Участковый замолк. Опустив голову, он перебирал пальцами карандаш. Шаги за окнами уже затихли, и было слышно, как за печкой шелестят тараканы. Откуда они взялись в доме, как жили, голодные, этого Анискин никак понять не мог. Немного помолчав, он неторопливо поднялся.

– За твоим домом следили, Стриганов! – сказал он. – Учитель Людвиг Иванович следил… Вершков ночевал у тебя. Где он сейчас?

Родными братьями были участковый и Стриганов. Что из того, что Василий был на голову ниже Анискина и уже старшего брата в плечах, – умно глядели его глаза, неподкупно сжимались тугие губы, и, не отвечая на вопрос, Стриганов окружил себя такой же думающей, напряженной тишиной, какой умел окружить себя участковый.

Стриганов поднял голову, ясно заглянул в лицо Анискину и вдруг раскатисто захохотал. Заблестели белые молодые зубы, вздыбилась, затрепетала бородка, и, откинувшись, взмахнув руками, поп присвистнул, пригибнул, прищелкнул пальцами по-ямщиковски.

– Да разве ж я знаю, Федор, где Вершков! – воскликнул поп. – Не знаю я этого, хотя он мой первый друг. Коли я протопоп, так и ученики у меня должны быть! Как же я тебе Флегонта выдам!.. Не Иуда же я!

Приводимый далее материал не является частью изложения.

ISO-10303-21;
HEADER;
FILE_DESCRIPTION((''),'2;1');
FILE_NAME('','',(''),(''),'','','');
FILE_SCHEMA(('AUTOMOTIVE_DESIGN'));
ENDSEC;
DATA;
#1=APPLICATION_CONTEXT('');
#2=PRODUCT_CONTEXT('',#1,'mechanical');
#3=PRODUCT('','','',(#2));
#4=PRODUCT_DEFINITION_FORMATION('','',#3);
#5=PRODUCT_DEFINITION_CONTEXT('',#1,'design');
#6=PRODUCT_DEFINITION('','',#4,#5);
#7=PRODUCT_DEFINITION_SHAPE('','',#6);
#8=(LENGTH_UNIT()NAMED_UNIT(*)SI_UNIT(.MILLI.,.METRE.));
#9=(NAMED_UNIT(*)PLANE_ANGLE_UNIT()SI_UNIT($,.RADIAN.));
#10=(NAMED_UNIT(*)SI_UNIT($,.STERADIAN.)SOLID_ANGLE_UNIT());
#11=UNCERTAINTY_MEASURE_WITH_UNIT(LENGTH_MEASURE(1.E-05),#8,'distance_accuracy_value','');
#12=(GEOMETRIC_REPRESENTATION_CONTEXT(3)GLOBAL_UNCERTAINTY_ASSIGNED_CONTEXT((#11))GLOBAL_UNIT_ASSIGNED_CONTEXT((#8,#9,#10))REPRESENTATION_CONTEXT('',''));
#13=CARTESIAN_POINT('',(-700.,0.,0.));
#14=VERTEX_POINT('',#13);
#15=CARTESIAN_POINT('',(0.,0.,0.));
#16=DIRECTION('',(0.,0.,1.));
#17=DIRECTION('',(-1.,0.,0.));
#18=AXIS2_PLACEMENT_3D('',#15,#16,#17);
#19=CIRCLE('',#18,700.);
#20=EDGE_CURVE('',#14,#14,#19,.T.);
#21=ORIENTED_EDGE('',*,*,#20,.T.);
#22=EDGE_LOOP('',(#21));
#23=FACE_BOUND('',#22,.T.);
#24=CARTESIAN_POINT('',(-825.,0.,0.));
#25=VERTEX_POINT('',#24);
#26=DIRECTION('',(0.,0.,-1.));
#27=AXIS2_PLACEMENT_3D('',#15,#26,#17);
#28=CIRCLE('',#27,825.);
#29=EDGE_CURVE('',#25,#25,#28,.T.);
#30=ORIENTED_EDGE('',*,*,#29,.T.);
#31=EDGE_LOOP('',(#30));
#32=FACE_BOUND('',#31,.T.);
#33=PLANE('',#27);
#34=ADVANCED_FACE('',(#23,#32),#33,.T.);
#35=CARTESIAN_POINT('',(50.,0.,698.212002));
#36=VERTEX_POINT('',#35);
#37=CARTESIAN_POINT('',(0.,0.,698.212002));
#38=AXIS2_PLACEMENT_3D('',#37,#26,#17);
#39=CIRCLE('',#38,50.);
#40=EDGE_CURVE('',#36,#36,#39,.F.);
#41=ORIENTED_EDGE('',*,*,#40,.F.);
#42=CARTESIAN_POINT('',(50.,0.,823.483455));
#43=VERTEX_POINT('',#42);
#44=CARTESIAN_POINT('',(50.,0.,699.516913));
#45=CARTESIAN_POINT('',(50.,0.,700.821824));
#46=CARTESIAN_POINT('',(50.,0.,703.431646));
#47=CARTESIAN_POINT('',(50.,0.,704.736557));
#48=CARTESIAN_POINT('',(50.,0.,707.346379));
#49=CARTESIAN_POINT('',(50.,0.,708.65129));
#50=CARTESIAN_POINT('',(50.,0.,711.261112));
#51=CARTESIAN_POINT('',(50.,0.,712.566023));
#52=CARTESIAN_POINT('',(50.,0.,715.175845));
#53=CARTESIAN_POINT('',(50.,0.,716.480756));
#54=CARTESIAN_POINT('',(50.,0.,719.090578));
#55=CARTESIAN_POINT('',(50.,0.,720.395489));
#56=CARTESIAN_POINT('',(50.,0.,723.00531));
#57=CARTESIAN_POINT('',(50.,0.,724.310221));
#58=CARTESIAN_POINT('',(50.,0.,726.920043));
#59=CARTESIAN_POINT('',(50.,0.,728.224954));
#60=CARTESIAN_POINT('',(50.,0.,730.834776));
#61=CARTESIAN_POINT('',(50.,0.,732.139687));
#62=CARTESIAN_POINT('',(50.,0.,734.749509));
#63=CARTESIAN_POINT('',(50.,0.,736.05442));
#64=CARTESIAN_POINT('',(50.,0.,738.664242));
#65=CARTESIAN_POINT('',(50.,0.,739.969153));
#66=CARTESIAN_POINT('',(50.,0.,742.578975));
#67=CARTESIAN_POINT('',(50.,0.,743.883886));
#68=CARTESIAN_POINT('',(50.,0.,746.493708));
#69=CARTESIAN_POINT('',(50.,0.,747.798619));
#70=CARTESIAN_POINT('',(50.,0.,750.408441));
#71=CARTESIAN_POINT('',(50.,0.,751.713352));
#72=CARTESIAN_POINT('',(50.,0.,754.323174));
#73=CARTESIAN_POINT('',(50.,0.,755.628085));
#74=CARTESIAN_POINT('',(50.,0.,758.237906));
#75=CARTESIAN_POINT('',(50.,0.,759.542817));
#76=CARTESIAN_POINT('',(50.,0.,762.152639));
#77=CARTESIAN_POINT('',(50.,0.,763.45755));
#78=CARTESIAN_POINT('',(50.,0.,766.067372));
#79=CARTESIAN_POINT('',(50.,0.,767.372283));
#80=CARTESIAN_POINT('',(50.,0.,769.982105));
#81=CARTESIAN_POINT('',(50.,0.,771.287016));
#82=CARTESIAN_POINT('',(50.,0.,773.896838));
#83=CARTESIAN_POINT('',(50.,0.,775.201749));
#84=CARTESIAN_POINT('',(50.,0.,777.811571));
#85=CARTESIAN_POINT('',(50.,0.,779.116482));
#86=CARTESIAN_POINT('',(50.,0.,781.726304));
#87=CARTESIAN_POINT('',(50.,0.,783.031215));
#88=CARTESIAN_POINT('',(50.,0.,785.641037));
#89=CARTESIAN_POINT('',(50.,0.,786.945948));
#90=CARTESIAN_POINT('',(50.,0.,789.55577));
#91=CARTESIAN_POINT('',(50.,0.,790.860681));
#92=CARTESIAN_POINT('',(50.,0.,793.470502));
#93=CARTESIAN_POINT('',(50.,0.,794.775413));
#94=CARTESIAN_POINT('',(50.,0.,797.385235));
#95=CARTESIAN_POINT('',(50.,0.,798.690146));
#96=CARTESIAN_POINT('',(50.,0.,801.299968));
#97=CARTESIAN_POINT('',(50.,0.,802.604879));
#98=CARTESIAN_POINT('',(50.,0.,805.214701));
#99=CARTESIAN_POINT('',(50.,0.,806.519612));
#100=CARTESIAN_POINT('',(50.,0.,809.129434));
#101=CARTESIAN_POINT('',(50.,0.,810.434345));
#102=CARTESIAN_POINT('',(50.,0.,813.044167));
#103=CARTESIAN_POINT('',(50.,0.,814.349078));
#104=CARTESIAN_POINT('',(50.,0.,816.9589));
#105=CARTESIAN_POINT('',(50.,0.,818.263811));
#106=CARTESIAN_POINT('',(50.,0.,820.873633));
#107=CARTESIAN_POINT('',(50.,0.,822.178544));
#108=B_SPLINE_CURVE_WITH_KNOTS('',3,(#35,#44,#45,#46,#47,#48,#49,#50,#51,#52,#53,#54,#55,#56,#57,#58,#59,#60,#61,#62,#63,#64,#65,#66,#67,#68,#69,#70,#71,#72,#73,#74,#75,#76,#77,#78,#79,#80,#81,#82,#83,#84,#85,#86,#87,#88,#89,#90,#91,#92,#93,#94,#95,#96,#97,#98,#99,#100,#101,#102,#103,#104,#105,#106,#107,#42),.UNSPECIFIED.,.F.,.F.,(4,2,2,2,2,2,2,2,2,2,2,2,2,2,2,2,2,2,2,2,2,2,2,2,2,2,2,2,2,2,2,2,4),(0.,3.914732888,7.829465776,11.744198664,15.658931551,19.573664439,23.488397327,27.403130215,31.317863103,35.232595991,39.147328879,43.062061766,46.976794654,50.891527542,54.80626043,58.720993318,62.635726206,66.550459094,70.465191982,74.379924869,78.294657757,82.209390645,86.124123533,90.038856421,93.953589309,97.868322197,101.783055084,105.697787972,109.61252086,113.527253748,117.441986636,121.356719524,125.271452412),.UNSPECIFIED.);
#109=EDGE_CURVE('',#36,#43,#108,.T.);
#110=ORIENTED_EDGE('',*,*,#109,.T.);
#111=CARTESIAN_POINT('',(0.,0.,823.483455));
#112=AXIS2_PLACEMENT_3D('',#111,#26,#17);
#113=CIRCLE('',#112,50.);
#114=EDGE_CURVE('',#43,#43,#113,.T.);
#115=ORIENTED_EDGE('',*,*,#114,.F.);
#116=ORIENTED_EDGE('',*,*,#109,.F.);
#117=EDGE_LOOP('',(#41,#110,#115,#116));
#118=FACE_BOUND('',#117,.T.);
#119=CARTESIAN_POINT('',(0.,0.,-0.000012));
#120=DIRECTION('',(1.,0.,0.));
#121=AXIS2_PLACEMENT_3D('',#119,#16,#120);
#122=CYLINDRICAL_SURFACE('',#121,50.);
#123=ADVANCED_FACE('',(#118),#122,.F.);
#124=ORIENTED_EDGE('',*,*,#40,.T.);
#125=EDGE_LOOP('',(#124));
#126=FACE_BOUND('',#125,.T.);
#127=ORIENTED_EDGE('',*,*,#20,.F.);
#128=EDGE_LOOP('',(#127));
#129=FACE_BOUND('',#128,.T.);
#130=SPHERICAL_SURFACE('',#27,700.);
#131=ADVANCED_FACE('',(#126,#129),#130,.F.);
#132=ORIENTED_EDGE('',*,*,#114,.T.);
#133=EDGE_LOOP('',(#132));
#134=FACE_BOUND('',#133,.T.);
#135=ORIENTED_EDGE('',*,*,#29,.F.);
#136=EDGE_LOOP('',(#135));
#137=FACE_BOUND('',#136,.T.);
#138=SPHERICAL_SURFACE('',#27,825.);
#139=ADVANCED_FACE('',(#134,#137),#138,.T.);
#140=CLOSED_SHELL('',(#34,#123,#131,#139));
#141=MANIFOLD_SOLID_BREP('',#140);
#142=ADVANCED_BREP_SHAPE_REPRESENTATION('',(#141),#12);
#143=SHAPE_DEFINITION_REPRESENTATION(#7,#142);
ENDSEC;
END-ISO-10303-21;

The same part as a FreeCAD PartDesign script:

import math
import FreeCAD as App
import Part
import Sketcher

V = App.Vector
Q = App.Units.Quantity

doc = App.newDocument("Part")
body = doc.addObject("PartDesign::Body", "Body")

# Sketch on XY plane
sketch1 = body.newObject("Sketcher::SketchObject", "Sketch")
sketch1.AttachmentSupport = (doc.getObject("XY_Plane"), [""])
sketch1.MapMode = "FlatFace"
sketch1.addGeometry(Part.LineSegment(V(0, 825, 0), V(0, 700, 0)), False)
sketch1.addGeometry(Part.ArcOfCircle(Part.Circle(V(0, 0, 0), V(0, 0, 1), 700), math.radians(-90), math.radians(90)), False)
sketch1.addGeometry(Part.LineSegment(V(0, -700, 0), V(0, -825, 0)), False)
sketch1.addGeometry(Part.ArcOfCircle(Part.Circle(V(0, 0, 0), V(0, 0, 1), 825), math.radians(-90), math.radians(90)), False)
sketch1.addConstraint(Sketcher.Constraint("Coincident", 0, 2, 1, 2))
sketch1.addConstraint(Sketcher.Constraint("Coincident", 1, 1, 2, 1))
sketch1.addConstraint(Sketcher.Constraint("Coincident", 2, 2, 3, 1))
sketch1.addConstraint(Sketcher.Constraint("Coincident", 3, 2, 0, 1))
sketch1.addConstraint(Sketcher.Constraint("Vertical", 0))
sketch1.addConstraint(Sketcher.Constraint("Vertical", 2))
sketch1.addConstraint(Sketcher.Constraint("Coincident", 1, 3, -1, 1))
sketch1.addConstraint(Sketcher.Constraint("Coincident", 3, 3, -1, 1))
sketch1.addConstraint(Sketcher.Constraint("PointOnObject", 0, 2, -2))
sketch1.addConstraint(Sketcher.Constraint("PointOnObject", 2, 2, -2))
sketch1.addConstraint(Sketcher.Constraint("Radius", 1, Q("700 mm")))
sketch1.addConstraint(Sketcher.Constraint("Radius", 3, Q("825 mm")))
revolution = body.newObject("PartDesign::Revolution", "Revolution")
revolution.Profile = sketch1
revolution.ReferenceAxis = (sketch1, ["V_Axis"])
revolution.Angle = 180
revolution.Reversed = True

# Sketch on XY plane
sketch2 = body.newObject("Sketcher::SketchObject", "Sketch001")
sketch2.AttachmentSupport = (doc.getObject("XY_Plane"), [""])
sketch2.MapMode = "FlatFace"
sketch2.addGeometry(Part.Circle(V(0, 0, 0), V(0, 0, 1), 50), False)
sketch2.addConstraint(Sketcher.Constraint("Coincident", 0, 3, -1, 1))
sketch2.addConstraint(Sketcher.Constraint("Diameter", 0, Q("100 mm")))
pocket1 = body.newObject("PartDesign::Pocket", "Pocket")
pocket1.Profile = sketch2
pocket1.Type = "ThroughAll"
pocket1.Midplane = True

doc.recompute()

Страшным сделался Стриганов, и участковый торопливо поднялся. В три шага он перебросил тяжелое тело к дверям, махом натянул полушубок и обернулся – суровый, грозный, похожий опять на загадочного восточного бога. Следователь тоже поднялся и стал рядом с ним.

– Не попадешь в мученики, Стриганов! – сказал участковый. – Я от ошибки к правде пришел, а ты не хочешь. Крохобор ты! Дескать, хоть лживая правда, да моя…

Анискин резко открыл дверь, дождавшись, когда Качушин выйдет первым, приказал:

– Жди меня, Стриганов! Сиди вот на табуретке и жди…

8

Небо с крупными звездами висело над деревней, луна сверкала над заснеженной рекой; освещенное желтым светом пространство было пугающе громадно, звезды уходили в бесконечность, и туда же устремлялась лунная полоса, по которой участковый и Качушин торопливо шли к заимке Вершкова.

Пощелкивал ровный, крепкий морозец, воздух был сух и прозрачен, и шаги двоих слышались в деревне, на реке, за рекой. Когда до заимки оставалось метров пятьсот, участковый остановился, приподнявшись на носки, поглядел в глубь желтого пространства и еще быстрее пошел вперед. Его спина шаг от шагу делалась все беспокойнее, и через несколько минут Качушин тоже заметил, что в окнах заимки нет огня.